Required action
Your task is to repeat exactly the lines below between the line holding "f 136 232 133" and the line holding "f 52 188 191", inclusive, and only those.

▶

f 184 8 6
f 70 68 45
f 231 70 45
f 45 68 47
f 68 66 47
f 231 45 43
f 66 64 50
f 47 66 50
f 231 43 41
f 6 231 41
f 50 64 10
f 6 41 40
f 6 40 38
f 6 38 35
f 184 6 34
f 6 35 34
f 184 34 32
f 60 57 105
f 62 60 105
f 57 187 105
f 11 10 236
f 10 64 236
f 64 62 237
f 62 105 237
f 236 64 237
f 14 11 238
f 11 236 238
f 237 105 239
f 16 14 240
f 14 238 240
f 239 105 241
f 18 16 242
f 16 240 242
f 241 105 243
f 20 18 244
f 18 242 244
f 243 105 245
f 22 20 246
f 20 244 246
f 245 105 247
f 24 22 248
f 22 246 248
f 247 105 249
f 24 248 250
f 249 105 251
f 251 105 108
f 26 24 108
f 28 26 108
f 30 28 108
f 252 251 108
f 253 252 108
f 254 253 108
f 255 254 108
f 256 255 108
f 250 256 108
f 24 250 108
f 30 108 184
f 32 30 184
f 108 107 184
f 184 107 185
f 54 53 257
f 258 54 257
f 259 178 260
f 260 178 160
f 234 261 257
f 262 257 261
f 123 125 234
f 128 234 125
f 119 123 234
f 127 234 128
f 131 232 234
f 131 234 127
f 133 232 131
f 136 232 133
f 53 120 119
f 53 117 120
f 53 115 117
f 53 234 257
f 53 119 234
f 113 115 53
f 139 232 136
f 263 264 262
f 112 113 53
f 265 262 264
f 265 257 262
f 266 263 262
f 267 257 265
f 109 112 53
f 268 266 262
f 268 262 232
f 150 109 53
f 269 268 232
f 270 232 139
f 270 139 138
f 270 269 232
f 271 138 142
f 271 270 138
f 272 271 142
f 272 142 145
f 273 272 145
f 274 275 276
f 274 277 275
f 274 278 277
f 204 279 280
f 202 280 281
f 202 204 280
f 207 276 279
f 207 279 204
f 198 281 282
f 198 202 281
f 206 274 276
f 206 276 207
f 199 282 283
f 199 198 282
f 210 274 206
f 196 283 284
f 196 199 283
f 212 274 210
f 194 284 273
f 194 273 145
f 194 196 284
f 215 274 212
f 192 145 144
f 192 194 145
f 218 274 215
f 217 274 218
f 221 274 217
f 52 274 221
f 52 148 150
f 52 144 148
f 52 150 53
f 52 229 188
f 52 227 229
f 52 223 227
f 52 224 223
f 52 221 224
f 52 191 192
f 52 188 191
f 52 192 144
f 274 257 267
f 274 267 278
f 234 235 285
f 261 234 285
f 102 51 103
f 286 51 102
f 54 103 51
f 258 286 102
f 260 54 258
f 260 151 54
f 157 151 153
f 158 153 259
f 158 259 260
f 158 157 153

◀

Output of the task
f 136 232 133
f 53 120 119
f 53 117 120
f 53 115 117
f 53 234 257
f 53 119 234
f 113 115 53
f 139 232 136
f 263 264 262
f 112 113 53
f 265 262 264
f 265 257 262
f 266 263 262
f 267 257 265
f 109 112 53
f 268 266 262
f 268 262 232
f 150 109 53
f 269 268 232
f 270 232 139
f 270 139 138
f 270 269 232
f 271 138 142
f 271 270 138
f 272 271 142
f 272 142 145
f 273 272 145
f 274 275 276
f 274 277 275
f 274 278 277
f 204 279 280
f 202 280 281
f 202 204 280
f 207 276 279
f 207 279 204
f 198 281 282
f 198 202 281
f 206 274 276
f 206 276 207
f 199 282 283
f 199 198 282
f 210 274 206
f 196 283 284
f 196 199 283
f 212 274 210
f 194 284 273
f 194 273 145
f 194 196 284
f 215 274 212
f 192 145 144
f 192 194 145
f 218 274 215
f 217 274 218
f 221 274 217
f 52 274 221
f 52 148 150
f 52 144 148
f 52 150 53
f 52 229 188
f 52 227 229
f 52 223 227
f 52 224 223
f 52 221 224
f 52 191 192
f 52 188 191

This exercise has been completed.